# [Source data]
-------------------------

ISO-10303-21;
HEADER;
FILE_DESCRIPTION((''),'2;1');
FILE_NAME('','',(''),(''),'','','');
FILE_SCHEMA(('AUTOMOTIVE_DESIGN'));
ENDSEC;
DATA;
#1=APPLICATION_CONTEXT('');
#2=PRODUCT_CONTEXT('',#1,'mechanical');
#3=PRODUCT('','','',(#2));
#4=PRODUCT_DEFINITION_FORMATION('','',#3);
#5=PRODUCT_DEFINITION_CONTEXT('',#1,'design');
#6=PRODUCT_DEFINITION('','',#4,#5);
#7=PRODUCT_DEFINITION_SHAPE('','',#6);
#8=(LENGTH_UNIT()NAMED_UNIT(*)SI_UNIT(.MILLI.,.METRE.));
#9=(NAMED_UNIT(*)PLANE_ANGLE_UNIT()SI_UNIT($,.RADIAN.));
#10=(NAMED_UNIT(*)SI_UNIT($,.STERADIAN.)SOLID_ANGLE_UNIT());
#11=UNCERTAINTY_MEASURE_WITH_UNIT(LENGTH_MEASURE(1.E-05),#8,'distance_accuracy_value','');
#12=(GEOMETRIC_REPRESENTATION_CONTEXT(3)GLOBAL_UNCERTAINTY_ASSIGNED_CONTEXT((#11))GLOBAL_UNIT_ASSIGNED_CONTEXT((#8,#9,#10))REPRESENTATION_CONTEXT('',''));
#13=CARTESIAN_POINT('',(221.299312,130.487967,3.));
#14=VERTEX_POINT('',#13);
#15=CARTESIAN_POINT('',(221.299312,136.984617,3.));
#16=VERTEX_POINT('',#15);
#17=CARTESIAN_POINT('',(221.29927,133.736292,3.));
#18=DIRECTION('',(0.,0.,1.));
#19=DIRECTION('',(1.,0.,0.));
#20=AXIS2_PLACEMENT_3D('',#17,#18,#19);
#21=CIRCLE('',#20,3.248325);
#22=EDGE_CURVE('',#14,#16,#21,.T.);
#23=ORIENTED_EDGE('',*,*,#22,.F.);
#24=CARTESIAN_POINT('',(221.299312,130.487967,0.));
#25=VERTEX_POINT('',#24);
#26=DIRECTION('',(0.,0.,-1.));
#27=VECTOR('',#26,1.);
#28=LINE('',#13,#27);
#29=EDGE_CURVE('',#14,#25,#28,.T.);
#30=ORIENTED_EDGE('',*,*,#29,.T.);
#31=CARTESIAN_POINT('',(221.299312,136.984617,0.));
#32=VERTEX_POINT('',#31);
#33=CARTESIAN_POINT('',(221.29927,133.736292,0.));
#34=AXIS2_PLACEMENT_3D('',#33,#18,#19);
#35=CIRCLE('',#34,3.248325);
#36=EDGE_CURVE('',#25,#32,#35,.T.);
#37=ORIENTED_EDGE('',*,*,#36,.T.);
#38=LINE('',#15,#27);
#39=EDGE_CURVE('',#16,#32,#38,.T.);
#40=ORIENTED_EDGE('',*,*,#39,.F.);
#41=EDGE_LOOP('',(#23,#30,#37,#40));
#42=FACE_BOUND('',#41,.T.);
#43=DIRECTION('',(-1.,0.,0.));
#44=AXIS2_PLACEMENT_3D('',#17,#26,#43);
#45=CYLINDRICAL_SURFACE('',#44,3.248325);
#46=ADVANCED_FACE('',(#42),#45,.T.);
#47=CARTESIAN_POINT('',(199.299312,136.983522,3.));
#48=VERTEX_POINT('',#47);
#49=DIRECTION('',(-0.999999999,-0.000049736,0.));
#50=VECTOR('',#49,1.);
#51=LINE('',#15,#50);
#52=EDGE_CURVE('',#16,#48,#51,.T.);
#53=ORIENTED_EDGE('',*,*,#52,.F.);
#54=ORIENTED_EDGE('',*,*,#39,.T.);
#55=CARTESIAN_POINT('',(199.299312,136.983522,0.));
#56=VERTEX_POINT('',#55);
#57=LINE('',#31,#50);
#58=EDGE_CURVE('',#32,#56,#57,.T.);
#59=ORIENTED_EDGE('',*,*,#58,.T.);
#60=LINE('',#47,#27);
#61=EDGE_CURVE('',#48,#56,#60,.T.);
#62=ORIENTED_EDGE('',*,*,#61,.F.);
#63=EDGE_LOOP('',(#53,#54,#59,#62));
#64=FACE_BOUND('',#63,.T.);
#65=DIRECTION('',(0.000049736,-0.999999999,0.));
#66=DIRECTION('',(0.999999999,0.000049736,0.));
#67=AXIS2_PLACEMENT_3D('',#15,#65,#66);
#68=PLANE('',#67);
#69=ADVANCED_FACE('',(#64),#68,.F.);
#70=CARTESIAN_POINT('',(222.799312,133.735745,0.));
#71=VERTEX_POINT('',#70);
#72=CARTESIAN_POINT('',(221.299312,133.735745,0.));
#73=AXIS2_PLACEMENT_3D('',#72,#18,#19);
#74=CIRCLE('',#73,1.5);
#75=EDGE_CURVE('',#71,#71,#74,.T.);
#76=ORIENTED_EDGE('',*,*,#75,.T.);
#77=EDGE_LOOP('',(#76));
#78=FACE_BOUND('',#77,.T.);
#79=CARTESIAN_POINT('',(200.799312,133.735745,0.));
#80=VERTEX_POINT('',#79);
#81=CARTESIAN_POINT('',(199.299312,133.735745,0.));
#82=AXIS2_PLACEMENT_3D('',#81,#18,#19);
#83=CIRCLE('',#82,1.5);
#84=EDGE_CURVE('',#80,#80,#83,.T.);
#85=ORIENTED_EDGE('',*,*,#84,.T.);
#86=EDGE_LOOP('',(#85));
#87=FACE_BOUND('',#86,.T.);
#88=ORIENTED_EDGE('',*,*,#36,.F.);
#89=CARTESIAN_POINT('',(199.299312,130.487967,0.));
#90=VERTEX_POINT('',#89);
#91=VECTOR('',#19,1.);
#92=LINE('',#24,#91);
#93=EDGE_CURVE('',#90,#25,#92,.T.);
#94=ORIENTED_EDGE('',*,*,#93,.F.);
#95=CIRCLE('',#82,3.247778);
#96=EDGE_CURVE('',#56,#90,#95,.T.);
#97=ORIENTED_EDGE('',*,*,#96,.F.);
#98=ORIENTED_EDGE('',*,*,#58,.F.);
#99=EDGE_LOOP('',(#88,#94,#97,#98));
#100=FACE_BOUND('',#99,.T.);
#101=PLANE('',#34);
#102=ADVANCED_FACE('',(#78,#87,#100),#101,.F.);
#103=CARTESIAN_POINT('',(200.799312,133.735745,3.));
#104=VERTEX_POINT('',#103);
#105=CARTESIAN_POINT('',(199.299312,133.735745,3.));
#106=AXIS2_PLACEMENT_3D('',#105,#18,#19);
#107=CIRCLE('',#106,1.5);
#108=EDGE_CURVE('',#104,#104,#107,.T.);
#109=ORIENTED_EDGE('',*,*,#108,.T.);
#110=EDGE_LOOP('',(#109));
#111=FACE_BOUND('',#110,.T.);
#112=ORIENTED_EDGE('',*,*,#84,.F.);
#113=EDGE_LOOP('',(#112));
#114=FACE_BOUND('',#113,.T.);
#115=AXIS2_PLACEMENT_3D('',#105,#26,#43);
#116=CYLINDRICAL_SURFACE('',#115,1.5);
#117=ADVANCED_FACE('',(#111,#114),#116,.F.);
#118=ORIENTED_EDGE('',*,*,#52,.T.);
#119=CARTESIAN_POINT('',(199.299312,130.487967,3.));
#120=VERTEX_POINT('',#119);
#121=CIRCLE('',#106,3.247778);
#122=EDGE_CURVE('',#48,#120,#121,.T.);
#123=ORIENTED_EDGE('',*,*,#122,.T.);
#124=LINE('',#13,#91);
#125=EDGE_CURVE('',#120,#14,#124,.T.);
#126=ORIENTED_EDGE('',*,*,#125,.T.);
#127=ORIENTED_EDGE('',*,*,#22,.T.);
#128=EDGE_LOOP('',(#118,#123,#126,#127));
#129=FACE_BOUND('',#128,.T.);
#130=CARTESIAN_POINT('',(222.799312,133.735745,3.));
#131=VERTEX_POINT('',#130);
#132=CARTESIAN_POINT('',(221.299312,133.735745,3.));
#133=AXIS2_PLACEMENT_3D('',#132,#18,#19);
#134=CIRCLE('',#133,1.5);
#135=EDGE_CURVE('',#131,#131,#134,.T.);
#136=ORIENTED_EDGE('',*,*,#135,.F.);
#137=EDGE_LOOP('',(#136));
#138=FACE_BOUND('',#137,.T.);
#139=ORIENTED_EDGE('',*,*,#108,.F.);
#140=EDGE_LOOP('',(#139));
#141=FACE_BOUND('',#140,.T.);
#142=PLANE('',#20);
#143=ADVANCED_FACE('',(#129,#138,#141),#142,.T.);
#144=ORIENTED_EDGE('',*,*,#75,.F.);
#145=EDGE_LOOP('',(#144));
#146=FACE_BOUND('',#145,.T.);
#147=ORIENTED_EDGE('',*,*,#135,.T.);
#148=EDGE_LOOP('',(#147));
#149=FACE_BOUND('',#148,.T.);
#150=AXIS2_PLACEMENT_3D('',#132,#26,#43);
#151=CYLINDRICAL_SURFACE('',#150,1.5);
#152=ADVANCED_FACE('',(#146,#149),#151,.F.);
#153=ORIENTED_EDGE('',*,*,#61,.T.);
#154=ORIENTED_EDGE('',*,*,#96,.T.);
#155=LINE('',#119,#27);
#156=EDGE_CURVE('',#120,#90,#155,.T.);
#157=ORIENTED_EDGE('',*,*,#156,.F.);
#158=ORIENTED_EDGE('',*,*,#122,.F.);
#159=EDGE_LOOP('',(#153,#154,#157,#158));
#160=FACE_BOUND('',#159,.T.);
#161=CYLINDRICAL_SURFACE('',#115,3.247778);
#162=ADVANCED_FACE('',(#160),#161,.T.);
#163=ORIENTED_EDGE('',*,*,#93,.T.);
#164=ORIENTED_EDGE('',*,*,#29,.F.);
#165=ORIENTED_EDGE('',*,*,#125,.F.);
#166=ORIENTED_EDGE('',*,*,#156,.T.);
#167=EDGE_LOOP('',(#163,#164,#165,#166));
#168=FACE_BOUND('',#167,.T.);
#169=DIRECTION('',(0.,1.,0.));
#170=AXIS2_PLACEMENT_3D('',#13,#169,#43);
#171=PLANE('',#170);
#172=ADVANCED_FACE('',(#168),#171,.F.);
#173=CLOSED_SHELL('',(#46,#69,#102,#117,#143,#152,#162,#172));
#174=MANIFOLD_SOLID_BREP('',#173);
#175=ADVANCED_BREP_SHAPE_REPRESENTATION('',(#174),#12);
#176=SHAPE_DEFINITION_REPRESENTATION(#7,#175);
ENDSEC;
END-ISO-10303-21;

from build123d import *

# Parameters (mm, degrees)
SKETCH_1_R      = 1.5
EXTRUDE_1_DEPTH = 3


with BuildPart() as part:
    # 草圖1 → 填料-伸長1 (new body)
    with BuildSketch(Plane.XY):
        with BuildLine():
            Line((221.299311625, 136.984616508), (199.299311625, 136.98352231))
            ThreePointArc((199.299311625, 136.98352231), (196.051533934, 133.735744619), (199.299311625, 130.487966928))
            Line((199.299311625, 130.487966928), (221.299311625, 130.487966928))
            ThreePointArc((221.299311625, 130.487966928), (224.547595155, 133.736291718), (221.299311625, 136.984616508))
        make_face()
        with Locations((199.299311625, 133.735744619)):
            Circle(SKETCH_1_R, mode=Mode.SUBTRACT)
        with Locations((221.299311625, 133.735744619)):
            Circle(SKETCH_1_R, mode=Mode.SUBTRACT)
    extrude(amount=EXTRUDE_1_DEPTH)


solid = part.part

-------------------------

# [Exercise]
Every line above from the line with "#66=DIRECTION('',(0.999999999,0.000049736,0.));" to the line with "#72=CARTESIAN_POINT('',(221.299312,133.735745,0.));" is wanted, ends included; write them out exactly and add no other line.

# [Task solution]
#66=DIRECTION('',(0.999999999,0.000049736,0.));
#67=AXIS2_PLACEMENT_3D('',#15,#65,#66);
#68=PLANE('',#67);
#69=ADVANCED_FACE('',(#64),#68,.F.);
#70=CARTESIAN_POINT('',(222.799312,133.735745,0.));
#71=VERTEX_POINT('',#70);
#72=CARTESIAN_POINT('',(221.299312,133.735745,0.));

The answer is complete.